_EXERCISE_
Reading through the lines below, count those that include the string "SUBTRACT"; the answer is that number and nothing else.

_DATA EXCERPTS_
--------------------

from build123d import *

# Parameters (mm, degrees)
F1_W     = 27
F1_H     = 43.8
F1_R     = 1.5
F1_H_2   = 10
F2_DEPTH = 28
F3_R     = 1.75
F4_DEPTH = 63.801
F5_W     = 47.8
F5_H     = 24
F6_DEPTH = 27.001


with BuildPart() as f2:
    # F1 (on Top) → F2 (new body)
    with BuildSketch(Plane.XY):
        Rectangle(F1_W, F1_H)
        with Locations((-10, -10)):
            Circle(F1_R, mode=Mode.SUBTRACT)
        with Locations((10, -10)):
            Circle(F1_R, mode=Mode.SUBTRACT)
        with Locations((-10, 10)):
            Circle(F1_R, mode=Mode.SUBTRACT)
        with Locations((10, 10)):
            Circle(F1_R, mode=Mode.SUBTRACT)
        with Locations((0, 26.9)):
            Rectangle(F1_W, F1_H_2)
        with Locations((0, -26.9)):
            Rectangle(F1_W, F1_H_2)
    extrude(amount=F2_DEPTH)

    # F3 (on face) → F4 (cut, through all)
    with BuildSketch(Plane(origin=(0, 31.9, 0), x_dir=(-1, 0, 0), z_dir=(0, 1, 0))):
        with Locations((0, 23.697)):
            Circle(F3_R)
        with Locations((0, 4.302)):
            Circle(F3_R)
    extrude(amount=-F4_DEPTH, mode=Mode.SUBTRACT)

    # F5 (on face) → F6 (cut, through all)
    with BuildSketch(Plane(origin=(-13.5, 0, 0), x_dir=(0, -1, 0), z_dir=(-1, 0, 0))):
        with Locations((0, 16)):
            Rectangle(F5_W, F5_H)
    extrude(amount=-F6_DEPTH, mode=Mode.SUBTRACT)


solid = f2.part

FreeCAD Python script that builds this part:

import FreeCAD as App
import Part
import Sketcher
from FreeCAD import Vector
Q = App.Units.Quantity


def add_polygon(sketch, points):
    """Adds a closed chain of lines whose ends are joined by coincident constraints."""
    first, n = sketch.GeometryCount, len(points)
    for a, b in zip(points, points[1:] + points[:1]):
        sketch.addGeometry(Part.LineSegment(App.Vector(*a, 0), App.Vector(*b, 0)), False)
    for i in range(n):
        sketch.addConstraint(Sketcher.Constraint("Coincident", first + i, 2, first + (i + 1) % n, 1))

doc = App.newDocument("Part")
body = doc.addObject("PartDesign::Body", "Body")

# Sketch on XY plane
sketch1 = doc.addObject("Sketcher::SketchObject", "Sketch")
body.addObject(sketch1)
sketch1.AttachmentSupport = (doc.XY_Plane, [""])
sketch1.MapMode = "FlatFace"
add_polygon(sketch1, [(13.5, 31.9), (-13.5, 31.9), (-13.5, -31.9), (13.5, -31.9)])  # lines 0-3
sketch1.addGeometry(Part.Circle(Vector(-10, -10, 0), Vector(0, 0, 1), 1.5), False)  # 4
sketch1.addGeometry(Part.Circle(Vector(10, -10, 0), Vector(0, 0, 1), 1.5), False)  # 5
sketch1.addGeometry(Part.Circle(Vector(-10, 10, 0), Vector(0, 0, 1), 1.5), False)  # 6
sketch1.addGeometry(Part.Circle(Vector(10, 10, 0), Vector(0, 0, 1), 1.5), False)  # 7
sketch1.addConstraint([
    Sketcher.Constraint("Horizontal", 0),
    Sketcher.Constraint("Vertical", 1),
    Sketcher.Constraint("Horizontal", 2),
    Sketcher.Constraint("Vertical", 3),
    Sketcher.Constraint("Equal", 4, 5),
    Sketcher.Constraint("Equal", 5, 6),
    Sketcher.Constraint("Equal", 6, 7),
    Sketcher.Constraint("Symmetric", 5, 3, 6, 3, -1, 1),
    Sketcher.Constraint("Symmetric", 4, 3, 7, 3, -1, 1),
    Sketcher.Constraint("Symmetric", 0, 2, 2, 2, -1, 1),
    Sketcher.Constraint("Symmetric", 4, 3, 5, 3, -2),
    Sketcher.Constraint("Diameter", 4, Q("3 mm")),
    Sketcher.Constraint("DistanceX", 0, 2, 0, 1, Q("27 mm")),
    Sketcher.Constraint("DistanceY", 1, 2, 1, 1, Q("63.8 mm")),
    Sketcher.Constraint("DistanceX", 4, 3, -1, 1, Q("10 mm")),
    Sketcher.Constraint("DistanceY", 4, 3, -1, 1, Q("10 mm")),
])
pad1 = doc.addObject("PartDesign::Pad", "Pad")
body.addObject(pad1)
pad1.Profile = sketch1
pad1.Length = 28

# Sketch on XZ plane
sketch2 = doc.addObject("Sketcher::SketchObject", "Sketch001")
body.addObject(sketch2)
sketch2.AttachmentSupport = (doc.XZ_Plane, [""])
sketch2.MapMode = "FlatFace"
sketch2.AttachmentOffset = App.Placement(Vector(0, 0, -31.9), App.Rotation())
sketch2.addGeometry([
    Part.Circle(Vector(0, 23.697, 0), Vector(0, 0, 1), 1.75),
    Part.Circle(Vector(0, 4.302, 0), Vector(0, 0, 1), 1.75),
], False)
sketch2.addConstraint([
    Sketcher.Constraint("Equal", 0, 1),
    Sketcher.Constraint("PointOnObject", 0, 3, -2),
    Sketcher.Constraint("PointOnObject", 1, 3, -2),
    Sketcher.Constraint("Diameter", 0, Q("3.5 mm")),
    Sketcher.Constraint("DistanceY", -1, 1, 0, 3, Q("23.697 mm")),
    Sketcher.Constraint("DistanceY", -1, 1, 1, 3, Q("4.302 mm")),
])
pocket1 = doc.addObject("PartDesign::Pocket", "Pocket")
body.addObject(pocket1)
pocket1.Profile = sketch2
pocket1.Type = "ThroughAll"
pocket1.Reversed = True

# Sketch on YZ plane
sketch3 = doc.addObject("Sketcher::SketchObject", "Sketch002")
body.addObject(sketch3)
sketch3.AttachmentSupport = (doc.YZ_Plane, [""])
sketch3.MapMode = "FlatFace"
sketch3.AttachmentOffset = App.Placement(Vector(0, 0, -13.5), App.Rotation())
add_polygon(sketch3, [(23.9, 28), (23.9, 4), (-23.9, 4), (-23.9, 28)])  # lines 0-3
sketch3.addConstraint([
    Sketcher.Constraint("Vertical", 0),
    Sketcher.Constraint("Horizontal", 1),
    Sketcher.Constraint("Vertical", 2),
    Sketcher.Constraint("Horizontal", 3),
    Sketcher.Constraint("DistanceY", 0, 2, 0, 1, Q("24 mm")),
    Sketcher.Constraint("DistanceX", 1, 2, 1, 1, Q("47.8 mm")),
    Sketcher.Constraint("DistanceY", -1, 1, 0, 2, Q("4 mm")),
    Sketcher.Constraint("DistanceX", -1, 1, 0, 2, Q("23.9 mm")),
])
pocket2 = doc.addObject("PartDesign::Pocket", "Pocket001")
body.addObject(pocket2)
pocket2.Profile = sketch3
pocket2.Type = "ThroughAll"
pocket2.Reversed = True

doc.recompute()
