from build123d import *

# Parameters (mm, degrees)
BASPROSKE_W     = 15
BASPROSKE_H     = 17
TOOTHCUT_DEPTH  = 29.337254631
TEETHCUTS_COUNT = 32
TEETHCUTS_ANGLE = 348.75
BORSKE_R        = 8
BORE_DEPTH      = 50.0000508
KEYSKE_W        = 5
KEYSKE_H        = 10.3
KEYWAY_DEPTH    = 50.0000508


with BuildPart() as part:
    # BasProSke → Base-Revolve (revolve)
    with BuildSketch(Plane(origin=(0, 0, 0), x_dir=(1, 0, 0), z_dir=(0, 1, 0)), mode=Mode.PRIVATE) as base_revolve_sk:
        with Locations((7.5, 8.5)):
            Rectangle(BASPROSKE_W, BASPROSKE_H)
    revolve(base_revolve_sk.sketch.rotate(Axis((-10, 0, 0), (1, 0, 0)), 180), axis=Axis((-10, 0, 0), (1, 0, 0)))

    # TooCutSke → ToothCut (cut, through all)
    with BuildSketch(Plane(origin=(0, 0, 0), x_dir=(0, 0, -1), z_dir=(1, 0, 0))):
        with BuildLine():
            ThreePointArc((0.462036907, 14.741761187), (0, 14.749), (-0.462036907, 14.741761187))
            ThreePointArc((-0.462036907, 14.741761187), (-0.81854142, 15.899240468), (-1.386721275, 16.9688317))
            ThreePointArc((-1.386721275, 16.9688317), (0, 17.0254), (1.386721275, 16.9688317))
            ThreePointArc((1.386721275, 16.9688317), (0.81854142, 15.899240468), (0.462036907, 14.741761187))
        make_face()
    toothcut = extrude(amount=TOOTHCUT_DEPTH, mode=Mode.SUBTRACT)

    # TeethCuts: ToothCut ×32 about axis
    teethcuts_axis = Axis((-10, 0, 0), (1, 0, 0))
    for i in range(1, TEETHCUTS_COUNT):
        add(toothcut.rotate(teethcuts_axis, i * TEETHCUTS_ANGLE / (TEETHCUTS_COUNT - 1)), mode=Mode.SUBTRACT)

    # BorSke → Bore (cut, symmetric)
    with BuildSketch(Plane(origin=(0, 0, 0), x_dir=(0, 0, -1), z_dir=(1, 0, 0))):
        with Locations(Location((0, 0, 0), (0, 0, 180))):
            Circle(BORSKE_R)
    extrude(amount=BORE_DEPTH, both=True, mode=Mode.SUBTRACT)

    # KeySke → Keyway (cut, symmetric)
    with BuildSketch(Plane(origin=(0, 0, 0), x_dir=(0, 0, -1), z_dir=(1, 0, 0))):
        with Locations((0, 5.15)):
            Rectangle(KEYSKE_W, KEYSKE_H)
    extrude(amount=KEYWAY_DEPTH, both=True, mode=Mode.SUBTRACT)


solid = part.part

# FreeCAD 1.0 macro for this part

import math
import FreeCAD as App
import Part
import Sketcher
from FreeCAD import Vector
Q = App.Units.Quantity


def add_polygon(sketch, points):
    """Adds a closed chain of lines whose ends are joined by coincident constraints."""
    first, n = sketch.GeometryCount, len(points)
    for a, b in zip(points, points[1:] + points[:1]):
        sketch.addGeometry(Part.LineSegment(App.Vector(*a, 0), App.Vector(*b, 0)), False)
    for i in range(n):
        sketch.addConstraint(Sketcher.Constraint("Coincident", first + i, 2, first + (i + 1) % n, 1))

doc = App.newDocument("Part")
body = doc.addObject("PartDesign::Body", "Body")

# Sketch on XZ plane
sketch1 = body.newObject("Sketcher::SketchObject", "Sketch")
sketch1.AttachmentSupport = (doc.getObject("XZ_Plane"), [""])
sketch1.MapMode = "FlatFace"
add_polygon(sketch1, [(0, -17), (0, 0), (15, 0), (15, -17)])  # lines 0-3
sketch1.addConstraint(Sketcher.Constraint("Vertical", 0))
sketch1.addConstraint(Sketcher.Constraint("Horizontal", 1))
sketch1.addConstraint(Sketcher.Constraint("Vertical", 2))
sketch1.addConstraint(Sketcher.Constraint("Horizontal", 3))
sketch1.addConstraint(Sketcher.Constraint("Coincident", 0, 2, -1, 1))
sketch1.addConstraint(Sketcher.Constraint("DistanceX", 1, 1, 1, 2, Q("15 mm")))
sketch1.addConstraint(Sketcher.Constraint("DistanceY", 0, 1, 0, 2, Q("17 mm")))
revolution = body.newObject("PartDesign::Revolution", "Revolution")
revolution.Profile = sketch1
revolution.ReferenceAxis = (sketch1, ["H_Axis"])
revolution.Angle = 360

# Sketch on YZ plane
sketch2 = body.newObject("Sketcher::SketchObject", "Sketch001")
sketch2.AttachmentSupport = (doc.getObject("YZ_Plane"), [""])
sketch2.MapMode = "FlatFace"
sketch2.addGeometry(Part.ArcOfCircle(Part.Circle(Vector(0, 0, 0), Vector(0, 0, 1), 14.7), math.radians(-1.8), math.radians(1.8)), False)
sketch2.addGeometry(Part.ArcOfCircle(Part.Circle(Vector(13.4, -6.7, 0), Vector(0, 0, 1), 6.4), math.radians(57), math.radians(78)), False)
sketch2.addGeometry(Part.ArcOfCircle(Part.Circle(Vector(0, 0, 0), Vector(0, 0, 1), 17), math.radians(-4.67), math.radians(4.67)), False)
sketch2.addGeometry(Part.ArcOfCircle(Part.Circle(Vector(13.4, 6.7, 0), Vector(0, 0, 1), 6.4), math.radians(-78), math.radians(-57)), False)
sketch2.addConstraint(Sketcher.Constraint("Coincident", 0, 1, 1, 2))
sketch2.addConstraint(Sketcher.Constraint("Coincident", 1, 1, 2, 1))
sketch2.addConstraint(Sketcher.Constraint("Coincident", 2, 2, 3, 2))
sketch2.addConstraint(Sketcher.Constraint("Coincident", 3, 1, 0, 2))
sketch2.addConstraint(Sketcher.Constraint("Coincident", 0, 3, -1, 1))
sketch2.addConstraint(Sketcher.Constraint("Coincident", 2, 3, -1, 1))
sketch2.addConstraint(Sketcher.Constraint("Equal", 1, 3))
sketch2.addConstraint(Sketcher.Constraint("Symmetric", 1, 3, 3, 3, -1))
sketch2.addConstraint(Sketcher.Constraint("Radius", 1, Q("6.4 mm")))
sketch2.addConstraint(Sketcher.Constraint("Radius", 0, Q("14.749 mm")))
sketch2.addConstraint(Sketcher.Constraint("Radius", 2, Q("17.0254 mm")))
sketch2.addConstraint(Sketcher.Constraint("DistanceX", -1, 1, 1, 3, Q("13.44508 mm")))
sketch2.addConstraint(Sketcher.Constraint("DistanceX", -1, 1, 0, 1, Q("14.741761 mm")))
pocket1 = body.newObject("PartDesign::Pocket", "Pocket")
pocket1.Profile = sketch2
pocket1.Type = "ThroughAll"
pocket1.Reversed = True
doc.recompute()

polarpattern = body.newObject("PartDesign::PolarPattern", "PolarPattern")
polarpattern.Originals = [pocket1]
polarpattern.Axis = (doc.getObject("X_Axis"), [""])
polarpattern.Angle = 360
polarpattern.Occurrences = 32
body.Tip = polarpattern

# Sketch on YZ plane
sketch3 = body.newObject("Sketcher::SketchObject", "Sketch002")
sketch3.AttachmentSupport = (doc.getObject("YZ_Plane"), [""])
sketch3.MapMode = "FlatFace"
sketch3.addGeometry(Part.Circle(Vector(0, 0, 0), Vector(0, 0, 1), 8), False)
sketch3.addConstraint(Sketcher.Constraint("Coincident", 0, 3, -1, 1))
sketch3.addConstraint(Sketcher.Constraint("Diameter", 0, Q("16 mm")))
pocket2 = body.newObject("PartDesign::Pocket", "Pocket001")
pocket2.Profile = sketch3
pocket2.Length = 100.000102
pocket2.Midplane = True

# Sketch on YZ plane
sketch4 = body.newObject("Sketcher::SketchObject", "Sketch003")
sketch4.AttachmentSupport = (doc.getObject("YZ_Plane"), [""])
sketch4.MapMode = "FlatFace"
add_polygon(sketch4, [(10, 2), (0, 2), (0, -2), (10, -2)])  # lines 0-3
sketch4.addConstraint(Sketcher.Constraint("Horizontal", 0))
sketch4.addConstraint(Sketcher.Constraint("Vertical", 1))
sketch4.addConstraint(Sketcher.Constraint("Horizontal", 2))
sketch4.addConstraint(Sketcher.Constraint("Vertical", 3))
sketch4.addConstraint(Sketcher.Constraint("Symmetric", 0, 2, 1, 2, -1, 1))
sketch4.addConstraint(Sketcher.Constraint("DistanceY", 1, 2, 1, 1, Q("5 mm")))
sketch4.addConstraint(Sketcher.Constraint("DistanceX", 0, 2, 0, 1, Q("10.3 mm")))
pocket3 = body.newObject("PartDesign::Pocket", "Pocket002")
pocket3.Profile = sketch4
pocket3.Length = 100.000102
pocket3.Midplane = True

doc.recompute()
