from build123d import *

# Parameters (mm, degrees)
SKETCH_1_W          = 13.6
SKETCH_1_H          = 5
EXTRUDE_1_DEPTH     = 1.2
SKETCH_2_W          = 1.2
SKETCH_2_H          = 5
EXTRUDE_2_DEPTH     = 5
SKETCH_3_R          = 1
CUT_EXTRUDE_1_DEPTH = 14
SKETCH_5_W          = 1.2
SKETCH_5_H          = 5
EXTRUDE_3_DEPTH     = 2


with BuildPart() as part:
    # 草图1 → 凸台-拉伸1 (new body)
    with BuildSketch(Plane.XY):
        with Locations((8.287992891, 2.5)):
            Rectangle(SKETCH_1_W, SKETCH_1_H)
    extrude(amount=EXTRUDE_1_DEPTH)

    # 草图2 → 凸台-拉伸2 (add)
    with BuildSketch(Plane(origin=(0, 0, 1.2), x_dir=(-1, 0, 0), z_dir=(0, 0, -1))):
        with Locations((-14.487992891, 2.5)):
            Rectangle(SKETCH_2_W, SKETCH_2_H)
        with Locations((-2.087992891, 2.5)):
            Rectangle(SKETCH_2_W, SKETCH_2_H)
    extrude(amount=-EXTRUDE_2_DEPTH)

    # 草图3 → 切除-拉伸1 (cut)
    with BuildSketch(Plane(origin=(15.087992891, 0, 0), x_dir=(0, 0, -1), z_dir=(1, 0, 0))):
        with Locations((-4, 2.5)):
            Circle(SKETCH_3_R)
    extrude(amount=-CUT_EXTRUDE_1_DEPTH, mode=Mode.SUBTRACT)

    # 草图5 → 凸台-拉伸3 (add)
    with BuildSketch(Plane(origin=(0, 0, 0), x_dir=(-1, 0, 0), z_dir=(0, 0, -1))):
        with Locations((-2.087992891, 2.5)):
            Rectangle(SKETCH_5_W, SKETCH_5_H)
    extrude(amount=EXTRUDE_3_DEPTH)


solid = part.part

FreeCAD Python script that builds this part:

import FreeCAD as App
import Part
import Sketcher
from FreeCAD import Vector
Q = App.Units.Quantity


def add_polygon(sketch, points):
    """Adds a closed chain of lines whose ends are joined by coincident constraints."""
    first, n = sketch.GeometryCount, len(points)
    for a, b in zip(points, points[1:] + points[:1]):
        sketch.addGeometry(Part.LineSegment(App.Vector(*a, 0), App.Vector(*b, 0)), False)
    for i in range(n):
        sketch.addConstraint(Sketcher.Constraint("Coincident", first + i, 2, first + (i + 1) % n, 1))

doc = App.newDocument("Part")
params = doc.addObject("Spreadsheet::Sheet", "Params")
for row, (alias, value) in enumerate([
    ("sketch1_height", "5 mm"),
    ("sketch1_width", "13.6 mm"),
    ("pad1_length", "1.2 mm"),
    ("sketch2_height", "5 mm"),
    ("sketch2_width", "1.2 mm"),
    ("pad2_length", "5 mm"),
    ("sketch3_diameter", "2 mm"),
    ("pocket1_length", "14 mm"),
    ("sketch4_height", "5 mm"),
    ("sketch4_width", "1.2 mm"),
    ("pad3_length", "2 mm"),
], start=1):
    params.set(f"A{row}", alias)
    params.set(f"B{row}", "=" + value)
    params.setAlias(f"B{row}", alias)

body = doc.addObject("PartDesign::Body", "Body")

sketch1 = doc.addObject("Sketcher::SketchObject", "Sketch")
body.addObject(sketch1)
sketch1.AttachmentSupport = (doc.XY_Plane, [""])
sketch1.MapMode = "FlatFace"
add_polygon(sketch1, [(1, 5), (1, 0), (15, 0), (15, 5)])
sketch1.addConstraint([
    Sketcher.Constraint("Vertical", 0),
    Sketcher.Constraint("Horizontal", 1),
    Sketcher.Constraint("Vertical", 2),
    Sketcher.Constraint("Horizontal", 3),
    Sketcher.Constraint("PointOnObject", 0, 2, -1),
    Sketcher.Constraint("DistanceY", 0, 2, 0, 1, Q("5 mm")),
    Sketcher.Constraint("DistanceX", 1, 1, 1, 2, Q("13.6 mm")),
    Sketcher.Constraint("DistanceX", -1, 1, 0, 2, Q("1.487993 mm")),
])
sketch1.setExpression("Constraints[9]", "Params.sketch1_height")
sketch1.setExpression("Constraints[10]", "Params.sketch1_width")
pad1 = doc.addObject("PartDesign::Pad", "Pad")
body.addObject(pad1)
pad1.Profile = sketch1
pad1.setExpression("Length", "Params.pad1_length")

sketch2 = doc.addObject("Sketcher::SketchObject", "Sketch001")
body.addObject(sketch2)
sketch2.AttachmentSupport = (doc.XY_Plane, [""])
sketch2.MapMode = "FlatFace"
sketch2.AttachmentOffset = App.Placement(Vector(0, 0, 1.2), App.Rotation())
add_polygon(sketch2, [(15.1, 5), (15.1, 0), (13.9, 0), (13.9, 5)])
add_polygon(sketch2, [(2.7, 5), (2.7, 0), (1.5, 0), (1.5, 5)])
sketch2.addConstraint([
    Sketcher.Constraint("Vertical", 0),
    Sketcher.Constraint("Horizontal", 1),
    Sketcher.Constraint("Vertical", 2),
    Sketcher.Constraint("Horizontal", 3),
    Sketcher.Constraint("Vertical", 4),
    Sketcher.Constraint("Horizontal", 5),
    Sketcher.Constraint("Vertical", 6),
    Sketcher.Constraint("Horizontal", 7),
    Sketcher.Constraint("PointOnObject", 0, 2, -1),
    Sketcher.Constraint("PointOnObject", 4, 2, -1),
    Sketcher.Constraint("Horizontal", 3, 2, 6, 2),
    Sketcher.Constraint("Equal", 3, 5),
    Sketcher.Constraint("DistanceY", 0, 2, 0, 1, Q("5 mm")),
    Sketcher.Constraint("DistanceX", 1, 2, 1, 1, Q("1.2 mm")),
    Sketcher.Constraint("DistanceX", 4, 2, 1, 2, Q("11.2 mm")),
    Sketcher.Constraint("DistanceX", -1, 1, 0, 2, Q("15.087993 mm")),
])
sketch2.setExpression("Constraints[20]", "Params.sketch2_height")
sketch2.setExpression("Constraints[21]", "Params.sketch2_width")
pad2 = doc.addObject("PartDesign::Pad", "Pad001")
body.addObject(pad2)
pad2.Profile = sketch2
pad2.setExpression("Length", "Params.pad2_length")

sketch3 = doc.addObject("Sketcher::SketchObject", "Sketch002")
body.addObject(sketch3)
sketch3.AttachmentSupport = (doc.YZ_Plane, [""])
sketch3.MapMode = "FlatFace"
sketch3.AttachmentOffset = App.Placement(Vector(0, 0, 15.087993), App.Rotation())
sketch3.addGeometry(Part.Circle(Vector(2.5, 4, 0), Vector(0, 0, 1), 1), False)
sketch3.addConstraint([
    Sketcher.Constraint("Diameter", 0, Q("2 mm")),
    Sketcher.Constraint("DistanceY", -1, 1, 0, 3, Q("4 mm")),
    Sketcher.Constraint("DistanceX", -1, 1, 0, 3, Q("2.5 mm")),
])
sketch3.setExpression("Constraints[0]", "Params.sketch3_diameter")
pocket1 = doc.addObject("PartDesign::Pocket", "Pocket")
body.addObject(pocket1)
pocket1.Profile = sketch3
pocket1.setExpression("Length", "Params.pocket1_length")

sketch4 = doc.addObject("Sketcher::SketchObject", "Sketch003")
body.addObject(sketch4)
sketch4.AttachmentSupport = (doc.XY_Plane, [""])
sketch4.MapMode = "FlatFace"
add_polygon(sketch4, [(2.7, 5), (2.7, 0), (1.5, 0), (1.5, 5)])
sketch4.addConstraint([
    Sketcher.Constraint("Vertical", 0),
    Sketcher.Constraint("Horizontal", 1),
    Sketcher.Constraint("Vertical", 2),
    Sketcher.Constraint("Horizontal", 3),
    Sketcher.Constraint("PointOnObject", 0, 2, -1),
    Sketcher.Constraint("DistanceY", 0, 2, 0, 1, Q("5 mm")),
    Sketcher.Constraint("DistanceX", 1, 2, 1, 1, Q("1.2 mm")),
    Sketcher.Constraint("DistanceX", -1, 1, 0, 2, Q("2.687993 mm")),
])
sketch4.setExpression("Constraints[9]", "Params.sketch4_height")
sketch4.setExpression("Constraints[10]", "Params.sketch4_width")
pad3 = doc.addObject("PartDesign::Pad", "Pad002")
body.addObject(pad3)
pad3.Profile = sketch4
pad3.setExpression("Length", "Params.pad3_length")
pad3.Reversed = True

doc.recompute()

--------------------

_SOLUTION TO THIS PROBLEM_
11